Top of TASK MATERIAL

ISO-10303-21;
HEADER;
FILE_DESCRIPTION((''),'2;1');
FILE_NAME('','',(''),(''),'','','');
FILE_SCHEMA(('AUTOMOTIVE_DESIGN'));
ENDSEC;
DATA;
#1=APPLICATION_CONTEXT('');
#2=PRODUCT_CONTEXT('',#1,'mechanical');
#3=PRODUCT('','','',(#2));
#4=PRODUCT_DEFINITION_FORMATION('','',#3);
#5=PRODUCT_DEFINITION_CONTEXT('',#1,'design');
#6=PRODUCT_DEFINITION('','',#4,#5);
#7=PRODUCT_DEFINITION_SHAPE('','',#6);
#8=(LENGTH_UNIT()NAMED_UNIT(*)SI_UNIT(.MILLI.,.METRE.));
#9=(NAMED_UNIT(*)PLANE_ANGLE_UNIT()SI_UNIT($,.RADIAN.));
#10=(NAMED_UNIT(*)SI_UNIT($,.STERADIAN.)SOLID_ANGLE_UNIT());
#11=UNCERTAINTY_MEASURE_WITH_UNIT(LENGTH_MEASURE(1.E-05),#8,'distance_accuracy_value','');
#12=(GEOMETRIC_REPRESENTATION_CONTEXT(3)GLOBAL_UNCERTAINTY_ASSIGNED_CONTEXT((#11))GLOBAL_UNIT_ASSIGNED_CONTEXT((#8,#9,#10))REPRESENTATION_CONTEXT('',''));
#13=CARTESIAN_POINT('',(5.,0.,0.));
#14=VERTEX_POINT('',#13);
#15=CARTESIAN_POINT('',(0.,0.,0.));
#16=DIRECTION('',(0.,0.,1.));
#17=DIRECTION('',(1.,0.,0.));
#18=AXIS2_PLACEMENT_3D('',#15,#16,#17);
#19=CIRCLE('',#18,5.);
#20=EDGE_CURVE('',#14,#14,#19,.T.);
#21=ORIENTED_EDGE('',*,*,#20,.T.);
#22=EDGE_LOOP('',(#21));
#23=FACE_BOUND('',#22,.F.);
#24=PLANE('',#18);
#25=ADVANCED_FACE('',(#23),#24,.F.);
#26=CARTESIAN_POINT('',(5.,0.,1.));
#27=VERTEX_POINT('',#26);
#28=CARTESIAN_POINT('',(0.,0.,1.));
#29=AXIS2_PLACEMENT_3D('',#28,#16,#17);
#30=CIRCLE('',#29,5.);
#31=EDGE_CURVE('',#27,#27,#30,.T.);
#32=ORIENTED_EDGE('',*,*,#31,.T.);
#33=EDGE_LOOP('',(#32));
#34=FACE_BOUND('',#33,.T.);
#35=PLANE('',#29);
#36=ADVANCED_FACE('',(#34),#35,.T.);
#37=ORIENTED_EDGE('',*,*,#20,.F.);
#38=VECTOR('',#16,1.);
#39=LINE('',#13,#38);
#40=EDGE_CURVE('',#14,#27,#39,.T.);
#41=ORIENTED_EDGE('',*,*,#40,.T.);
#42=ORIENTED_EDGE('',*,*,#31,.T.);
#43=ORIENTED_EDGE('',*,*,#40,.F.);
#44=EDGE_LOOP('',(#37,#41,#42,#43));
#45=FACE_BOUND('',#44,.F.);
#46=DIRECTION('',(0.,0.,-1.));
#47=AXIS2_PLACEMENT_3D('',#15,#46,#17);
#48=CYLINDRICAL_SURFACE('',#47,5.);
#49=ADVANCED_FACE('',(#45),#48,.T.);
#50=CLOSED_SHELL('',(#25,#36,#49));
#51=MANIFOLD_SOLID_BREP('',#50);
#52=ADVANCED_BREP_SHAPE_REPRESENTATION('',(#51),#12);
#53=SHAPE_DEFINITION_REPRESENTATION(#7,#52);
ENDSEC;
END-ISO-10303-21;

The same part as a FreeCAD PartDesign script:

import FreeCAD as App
import Part
import Sketcher

doc = App.newDocument("Part")
body = doc.addObject("PartDesign::Body", "Body")

# Sketch on XY plane
sketch1 = doc.addObject("Sketcher::SketchObject", "Sketch")
body.addObject(sketch1)
sketch1.AttachmentSupport = (doc.XY_Plane, [""])
sketch1.MapMode = "FlatFace"
sketch1.addGeometry(Part.Circle(App.Vector(0, 0, 0), App.Vector(0, 0, 1), 5), False)
sketch1.addConstraint([
    Sketcher.Constraint("Coincident", 0, 3, -1, 1),
    Sketcher.Constraint("Diameter", 0, 10.0),
])
pad1 = doc.addObject("PartDesign::Pad", "Pad")
body.addObject(pad1)
pad1.Profile = sketch1
pad1.Length = 1

doc.recompute()
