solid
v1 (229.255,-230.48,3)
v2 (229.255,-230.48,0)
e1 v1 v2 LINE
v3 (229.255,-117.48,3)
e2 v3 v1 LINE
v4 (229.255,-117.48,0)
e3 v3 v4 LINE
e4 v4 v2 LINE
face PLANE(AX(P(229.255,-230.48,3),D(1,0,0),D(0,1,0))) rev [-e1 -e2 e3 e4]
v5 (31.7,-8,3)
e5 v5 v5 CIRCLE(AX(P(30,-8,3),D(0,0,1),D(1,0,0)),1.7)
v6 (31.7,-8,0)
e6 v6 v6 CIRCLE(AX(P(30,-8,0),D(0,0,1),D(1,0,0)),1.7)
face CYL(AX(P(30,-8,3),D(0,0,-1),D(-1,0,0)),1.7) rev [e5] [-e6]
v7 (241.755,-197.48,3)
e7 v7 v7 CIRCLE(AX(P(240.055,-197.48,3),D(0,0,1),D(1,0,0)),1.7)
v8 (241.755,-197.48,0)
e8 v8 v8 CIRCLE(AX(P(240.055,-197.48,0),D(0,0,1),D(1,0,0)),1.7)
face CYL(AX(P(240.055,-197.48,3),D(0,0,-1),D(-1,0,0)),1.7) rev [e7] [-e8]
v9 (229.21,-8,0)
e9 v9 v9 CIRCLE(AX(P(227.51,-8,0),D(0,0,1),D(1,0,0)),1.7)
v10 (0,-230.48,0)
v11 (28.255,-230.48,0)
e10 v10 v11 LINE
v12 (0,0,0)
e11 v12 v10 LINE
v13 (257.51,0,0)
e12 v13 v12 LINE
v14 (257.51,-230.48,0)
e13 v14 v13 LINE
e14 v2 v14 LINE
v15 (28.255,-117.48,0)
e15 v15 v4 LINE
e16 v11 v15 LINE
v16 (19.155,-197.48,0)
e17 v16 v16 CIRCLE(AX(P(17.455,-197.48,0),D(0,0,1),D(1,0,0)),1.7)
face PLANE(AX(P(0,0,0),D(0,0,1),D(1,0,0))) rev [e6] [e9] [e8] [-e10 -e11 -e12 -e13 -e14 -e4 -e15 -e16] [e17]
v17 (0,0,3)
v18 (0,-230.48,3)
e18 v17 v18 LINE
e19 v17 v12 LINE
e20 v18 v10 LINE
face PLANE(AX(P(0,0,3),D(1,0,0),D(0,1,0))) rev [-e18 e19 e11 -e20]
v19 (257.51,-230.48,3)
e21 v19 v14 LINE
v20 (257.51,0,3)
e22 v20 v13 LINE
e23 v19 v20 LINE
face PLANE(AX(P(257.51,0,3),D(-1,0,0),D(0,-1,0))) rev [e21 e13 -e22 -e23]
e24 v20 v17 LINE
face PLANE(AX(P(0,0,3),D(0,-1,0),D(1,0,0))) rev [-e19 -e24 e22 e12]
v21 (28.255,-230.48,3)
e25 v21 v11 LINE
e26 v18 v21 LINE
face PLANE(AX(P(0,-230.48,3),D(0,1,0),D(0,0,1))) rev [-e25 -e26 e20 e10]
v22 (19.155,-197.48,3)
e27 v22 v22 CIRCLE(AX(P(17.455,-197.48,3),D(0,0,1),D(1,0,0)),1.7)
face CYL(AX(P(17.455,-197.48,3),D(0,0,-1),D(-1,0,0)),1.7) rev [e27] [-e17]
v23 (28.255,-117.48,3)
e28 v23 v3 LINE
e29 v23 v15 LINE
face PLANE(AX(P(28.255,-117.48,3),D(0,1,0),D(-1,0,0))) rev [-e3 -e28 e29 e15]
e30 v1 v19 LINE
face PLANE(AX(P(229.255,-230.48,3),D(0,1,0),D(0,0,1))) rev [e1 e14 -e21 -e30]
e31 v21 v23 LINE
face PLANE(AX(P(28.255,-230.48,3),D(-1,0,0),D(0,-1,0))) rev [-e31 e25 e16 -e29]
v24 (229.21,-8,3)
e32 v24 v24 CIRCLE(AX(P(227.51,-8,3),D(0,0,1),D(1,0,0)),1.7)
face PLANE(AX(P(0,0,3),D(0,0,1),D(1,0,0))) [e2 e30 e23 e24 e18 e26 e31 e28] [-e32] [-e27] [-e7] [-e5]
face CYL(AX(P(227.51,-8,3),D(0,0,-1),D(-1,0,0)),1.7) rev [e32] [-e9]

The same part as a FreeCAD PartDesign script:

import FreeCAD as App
import Part
import Sketcher

V = App.Vector
Q = App.Units.Quantity

doc = App.newDocument("Part")
params = doc.addObject("Spreadsheet::Sheet", "Params")
for row, (alias, value) in enumerate([
    ("sketch1_diameter", "3.4 mm"),
    ("sketch1_width", "201 mm"),
    ("sketch1_height", "113 mm"),
    ("sketch1_width2", "257.51 mm"),
    ("sketch1_height2", "230.48 mm"),
    ("pad1_length", "3 mm"),
], start=1):
    params.set(f"A{row}", alias)
    params.set(f"B{row}", "=" + value)
    params.setAlias(f"B{row}", alias)

body = doc.addObject("PartDesign::Body", "Body")

# Sketch on XY plane
sketch1 = body.newObject("Sketcher::SketchObject", "Sketch")
sketch1.AttachmentSupport = (doc.getObject("XY_Plane"), [""])
sketch1.MapMode = "FlatFace"
sketch1.addGeometry([
    Part.LineSegment(V(229.3, -230.5, 0), V(257.5, -230.5, 0)),  # 0
    Part.LineSegment(V(257.5, -230.5, 0), V(257.5, 0, 0)),  # 1
    Part.LineSegment(V(257.5, 0, 0), V(0, 0, 0)),  # 2
    Part.LineSegment(V(0, 0, 0), V(0, -230.5, 0)),  # 3
    Part.LineSegment(V(0, -230.5, 0), V(28.3, -230.5, 0)),  # 4
    Part.LineSegment(V(28.3, -230.5, 0), V(28.3, -117.5, 0)),  # 5
    Part.LineSegment(V(28.3, -117.5, 0), V(229.3, -117.5, 0)),  # 6
    Part.LineSegment(V(229.3, -117.5, 0), V(229.3, -230.5, 0)),  # 7
    Part.Circle(V(17.5, -197.5, 0), V(0, 0, 1), 1.7),  # 8
    Part.Circle(V(240.1, -197.5, 0), V(0, 0, 1), 1.7),  # 9
    Part.Circle(V(30, -8, 0), V(0, 0, 1), 1.7),  # 10
    Part.Circle(V(227.5, -8, 0), V(0, 0, 1), 1.7),  # 11
], False)
sketch1.addConstraint([
    Sketcher.Constraint("Coincident", 0, 2, 1, 1),
    Sketcher.Constraint("Coincident", 1, 2, 2, 1),
    Sketcher.Constraint("Coincident", 2, 2, 3, 1),
    Sketcher.Constraint("Coincident", 3, 2, 4, 1),
    Sketcher.Constraint("Coincident", 4, 2, 5, 1),
    Sketcher.Constraint("Coincident", 5, 2, 6, 1),
    Sketcher.Constraint("Coincident", 6, 2, 7, 1),
    Sketcher.Constraint("Coincident", 7, 2, 0, 1),
    Sketcher.Constraint("Horizontal", 0),
    Sketcher.Constraint("Vertical", 1),
    Sketcher.Constraint("Horizontal", 2),
    Sketcher.Constraint("Vertical", 3),
    Sketcher.Constraint("Horizontal", 4),
    Sketcher.Constraint("Vertical", 5),
    Sketcher.Constraint("Horizontal", 6),
    Sketcher.Constraint("Vertical", 7),
    Sketcher.Constraint("Coincident", 2, 2, -1, 1),
    Sketcher.Constraint("Equal", 8, 9),
    Sketcher.Constraint("Equal", 9, 10),
    Sketcher.Constraint("Equal", 10, 11),
    Sketcher.Constraint("Horizontal", 8, 3, 9, 3),
    Sketcher.Constraint("Horizontal", 10, 3, 11, 3),
    Sketcher.Constraint("Horizontal", 0, 2, 3, 2),
    Sketcher.Constraint("Equal", 0, 4),
    Sketcher.Constraint("Diameter", 8, Q("3.4 mm")),
    Sketcher.Constraint("DistanceX", 6, 1, 6, 2, Q("201 mm")),
    Sketcher.Constraint("DistanceY", 5, 1, 5, 2, Q("113 mm")),
    Sketcher.Constraint("DistanceX", -1, 1, 10, 3, Q("30 mm")),
    Sketcher.Constraint("DistanceY", 10, 3, -1, 1, Q("8 mm")),
    Sketcher.Constraint("DistanceY", 0, 2, 9, 3, Q("33 mm")),
    Sketcher.Constraint("DistanceX", 11, 3, 0, 2, Q("30 mm")),
    Sketcher.Constraint("DistanceX", 2, 2, 2, 1, Q("257.51 mm")),
    Sketcher.Constraint("DistanceY", 1, 1, 1, 2, Q("230.48 mm")),
    Sketcher.Constraint("DistanceX", 8, 3, 9, 3, Q("222.6 mm")),
    Sketcher.Constraint("DistanceX", 8, 3, 4, 2, Q("10.8 mm")),
])
sketch1.setExpression("Constraints[24]", "Params.sketch1_diameter")
sketch1.setExpression("Constraints[25]", "Params.sketch1_width")
sketch1.setExpression("Constraints[26]", "Params.sketch1_height")
sketch1.setExpression("Constraints[31]", "Params.sketch1_width2")
sketch1.setExpression("Constraints[32]", "Params.sketch1_height2")
pad1 = body.newObject("PartDesign::Pad", "Pad")
pad1.Profile = sketch1
pad1.setExpression("Length", "Params.pad1_length")

doc.recompute()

Bottom of TASK MATERIAL

• WHAT THE TASK ASKS:
What is asked for is an exact copy of the lines above from the one containing "face CYL(AX(P(240.055,-197.48,3),D(0,0,-1),D(-1,0,0)),1.7) rev" through the one containing "e32 v24 v24", and only those.

• TASK SOLUTION:
face CYL(AX(P(240.055,-197.48,3),D(0,0,-1),D(-1,0,0)),1.7) rev [e7] [-e8]
v9 (229.21,-8,0)
e9 v9 v9 CIRCLE(AX(P(227.51,-8,0),D(0,0,1),D(1,0,0)),1.7)
v10 (0,-230.48,0)
v11 (28.255,-230.48,0)
e10 v10 v11 LINE
v12 (0,0,0)
e11 v12 v10 LINE
v13 (257.51,0,0)
e12 v13 v12 LINE
v14 (257.51,-230.48,0)
e13 v14 v13 LINE
e14 v2 v14 LINE
v15 (28.255,-117.48,0)
e15 v15 v4 LINE
e16 v11 v15 LINE
v16 (19.155,-197.48,0)
e17 v16 v16 CIRCLE(AX(P(17.455,-197.48,0),D(0,0,1),D(1,0,0)),1.7)
face PLANE(AX(P(0,0,0),D(0,0,1),D(1,0,0))) rev [e6] [e9] [e8] [-e10 -e11 -e12 -e13 -e14 -e4 -e15 -e16] [e17]
v17 (0,0,3)
v18 (0,-230.48,3)
e18 v17 v18 LINE
e19 v17 v12 LINE
e20 v18 v10 LINE
face PLANE(AX(P(0,0,3),D(1,0,0),D(0,1,0))) rev [-e18 e19 e11 -e20]
v19 (257.51,-230.48,3)
e21 v19 v14 LINE
v20 (257.51,0,3)
e22 v20 v13 LINE
e23 v19 v20 LINE
face PLANE(AX(P(257.51,0,3),D(-1,0,0),D(0,-1,0))) rev [e21 e13 -e22 -e23]
e24 v20 v17 LINE
face PLANE(AX(P(0,0,3),D(0,-1,0),D(1,0,0))) rev [-e19 -e24 e22 e12]
v21 (28.255,-230.48,3)
e25 v21 v11 LINE
e26 v18 v21 LINE
face PLANE(AX(P(0,-230.48,3),D(0,1,0),D(0,0,1))) rev [-e25 -e26 e20 e10]
v22 (19.155,-197.48,3)
e27 v22 v22 CIRCLE(AX(P(17.455,-197.48,3),D(0,0,1),D(1,0,0)),1.7)
face CYL(AX(P(17.455,-197.48,3),D(0,0,-1),D(-1,0,0)),1.7) rev [e27] [-e17]
v23 (28.255,-117.48,3)
e28 v23 v3 LINE
e29 v23 v15 LINE
face PLANE(AX(P(28.255,-117.48,3),D(0,1,0),D(-1,0,0))) rev [-e3 -e28 e29 e15]
e30 v1 v19 LINE
face PLANE(AX(P(229.255,-230.48,3),D(0,1,0),D(0,0,1))) rev [e1 e14 -e21 -e30]
e31 v21 v23 LINE
face PLANE(AX(P(28.255,-230.48,3),D(-1,0,0),D(0,-1,0))) rev [-e31 e25 e16 -e29]
v24 (229.21,-8,3)
e32 v24 v24 CIRCLE(AX(P(227.51,-8,3),D(0,0,1),D(1,0,0)),1.7)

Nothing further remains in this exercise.